3 layers of research

Peer reviewed – journals. Very hard work. Every academic has to generate this, so if you do the research data, it helps them with offering data for their analysis. The REF counts the number of good papers which translates into money for the university.

If you read an academic paper, the research takes two years.

Articles – in professional magazines. Books.

Pretty sound but wouldn’t stand up to intense interrogation.

Used for informing, PGCEs and Forest School leader training.

Can be done quicker.

Basic Advocacy -should be done now. Anecdotal evidence. Talking to parents/teachers. Not sound research but the things that make Forest School come alive. Can be used to illustrate the research.

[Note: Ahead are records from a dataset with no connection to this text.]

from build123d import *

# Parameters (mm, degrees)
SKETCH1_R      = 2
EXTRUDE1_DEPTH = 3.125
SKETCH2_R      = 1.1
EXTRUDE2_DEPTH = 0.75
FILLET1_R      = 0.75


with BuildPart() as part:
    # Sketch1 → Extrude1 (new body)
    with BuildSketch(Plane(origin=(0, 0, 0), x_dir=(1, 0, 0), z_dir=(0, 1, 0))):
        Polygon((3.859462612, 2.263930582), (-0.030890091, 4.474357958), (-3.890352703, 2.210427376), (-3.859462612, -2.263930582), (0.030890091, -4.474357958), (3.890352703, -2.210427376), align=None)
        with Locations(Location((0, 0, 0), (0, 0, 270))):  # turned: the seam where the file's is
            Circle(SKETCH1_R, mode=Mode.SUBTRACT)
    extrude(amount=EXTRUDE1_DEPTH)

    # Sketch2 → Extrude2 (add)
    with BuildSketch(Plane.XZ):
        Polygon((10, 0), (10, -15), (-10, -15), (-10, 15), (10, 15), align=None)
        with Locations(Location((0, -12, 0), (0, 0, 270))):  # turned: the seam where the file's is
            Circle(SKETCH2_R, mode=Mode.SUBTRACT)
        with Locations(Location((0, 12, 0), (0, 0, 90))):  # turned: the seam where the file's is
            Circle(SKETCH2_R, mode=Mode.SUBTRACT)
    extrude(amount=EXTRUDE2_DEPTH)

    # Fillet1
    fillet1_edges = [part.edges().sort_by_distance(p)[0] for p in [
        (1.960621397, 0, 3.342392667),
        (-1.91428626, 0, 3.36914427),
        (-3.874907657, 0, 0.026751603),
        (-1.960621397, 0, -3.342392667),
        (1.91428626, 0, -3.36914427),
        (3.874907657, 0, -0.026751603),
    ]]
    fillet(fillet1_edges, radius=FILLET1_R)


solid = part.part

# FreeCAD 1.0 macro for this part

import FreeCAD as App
import Part
import Sketcher
from FreeCAD import Vector


def edges_at(feature, points):
    """Names of the edges that pass closest to the given points."""
    edges = feature.Shape.Edges
    near = lambda p: min(range(len(edges)), key=lambda i: edges[i].distToShape(Part.Vertex(*p))[0])
    return sorted({f"Edge{near(p) + 1}" for p in points})


def add_polygon(sketch, points):
    """Adds a closed chain of lines whose ends are joined by coincident constraints."""
    first, n = sketch.GeometryCount, len(points)
    for a, b in zip(points, points[1:] + points[:1]):
        sketch.addGeometry(Part.LineSegment(App.Vector(*a, 0), App.Vector(*b, 0)), False)
    for i in range(n):
        sketch.addConstraint(Sketcher.Constraint("Coincident", first + i, 2, first + (i + 1) % n, 1))

doc = App.newDocument("Part")
body = doc.addObject("PartDesign::Body", "Body")

# Sketch on XZ plane
sketch1 = body.newObject("Sketcher::SketchObject", "Sketch")
sketch1.AttachmentSupport = (doc.getObject("XZ_Plane"), [""])
sketch1.MapMode = "FlatFace"
add_polygon(sketch1, [(3.9, -2.3), (0, -4.5), (-3.9, -2.2), (-3.9, 2.3), (0, 4.5), (3.9, 2.2)])  # lines 0-5
sketch1.addGeometry(Part.Circle(Vector(0, 0, 0), Vector(0, 0, 1), 2), False)  # 6
sketch1.addConstraint([
    Sketcher.Constraint("Coincident", 6, 3, -1, 1),
    Sketcher.Constraint("Symmetric", 0, 2, 3, 2, -1, 1),
    Sketcher.Constraint("Symmetric", 1, 2, 4, 2, -1, 1),
    Sketcher.Constraint("Symmetric", 2, 2, 5, 2, -1, 1),
    Sketcher.Constraint("Equal", 0, 1),
    Sketcher.Constraint("Equal", 1, 2),
    Sketcher.Constraint("Diameter", 6, 4.0),
    Sketcher.Constraint("DistanceX", 0, 2, -1, 1, 0.03089),
    Sketcher.Constraint("DistanceY", -1, 1, 2, 2, 2.263931),
    Sketcher.Constraint("DistanceY", 0, 2, 1, 2, 2.263931),
    Sketcher.Constraint("DistanceX", 1, 2, 2, 2, 0.03089),
])
pad1 = body.newObject("PartDesign::Pad", "Pad")
pad1.Profile = sketch1
pad1.Length = 3.125
pad1.Reversed = True

# Sketch on XZ plane
sketch2 = body.newObject("Sketcher::SketchObject", "Sketch001")
sketch2.AttachmentSupport = (doc.getObject("XZ_Plane"), [""])
sketch2.MapMode = "FlatFace"
add_polygon(sketch2, [(10, -15), (10, 15), (-10, 15), (-10, -15)])  # lines 0-3
sketch2.addGeometry(Part.Circle(Vector(0, -12, 0), Vector(0, 0, 1), 1.1), False)  # 4
sketch2.addGeometry(Part.Circle(Vector(0, 12, 0), Vector(0, 0, 1), 1.1), False)  # 5
sketch2.addConstraint([
    Sketcher.Constraint("Vertical", 0),
    Sketcher.Constraint("Horizontal", 1),
    Sketcher.Constraint("Vertical", 2),
    Sketcher.Constraint("Horizontal", 3),
    Sketcher.Constraint("Equal", 4, 5),
    Sketcher.Constraint("Symmetric", 4, 3, 5, 3, -1, 1),
    Sketcher.Constraint("Symmetric", 0, 2, 2, 2, -1, 1),
    Sketcher.Constraint("PointOnObject", 4, 3, -2),
    Sketcher.Constraint("Diameter", 4, 2.2),
    Sketcher.Constraint("DistanceX", 1, 2, 1, 1, 20.0),
    Sketcher.Constraint("DistanceY", 0, 1, 0, 2, 30.0),
    Sketcher.Constraint("DistanceY", 4, 3, -1, 1, 12.0),
])
pad2 = body.newObject("PartDesign::Pad", "Pad001")
pad2.Profile = sketch2
pad2.Length = 0.75
doc.recompute()

fillet = body.newObject("PartDesign::Fillet", "Fillet")
fillet.Base = (pad2, edges_at(pad2, [
    (1.961, 0, 3.342),
    (-1.914, 0, 3.369),
    (-3.875, 0, 0.027),
    (-1.961, 0, -3.342),
    (1.914, 0, -3.369),
    (3.875, 0, -0.027),
]))
fillet.Radius = 0.75

doc.recompute()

Everyone should be doing it, and doing it now.

Its much easier to lay groundwork first.

Essential questions to consider with own action research

1. What do I want to know/want others to know?

Impact of Transitional points? Trauma? Maybe you want to know about how it builds resilience or social inclusion? Counteracting obesity?

How do we prove these with data? Focus on one element – relevant to setting/practice/location?

How is it relevant to my world? How do I know what happens? Records? Time/duration/location of settings?

All variables in research – what you’re measuring, and variables that affect

Note all the variables that affect your research.

2. Decision making process? Who is making this happen?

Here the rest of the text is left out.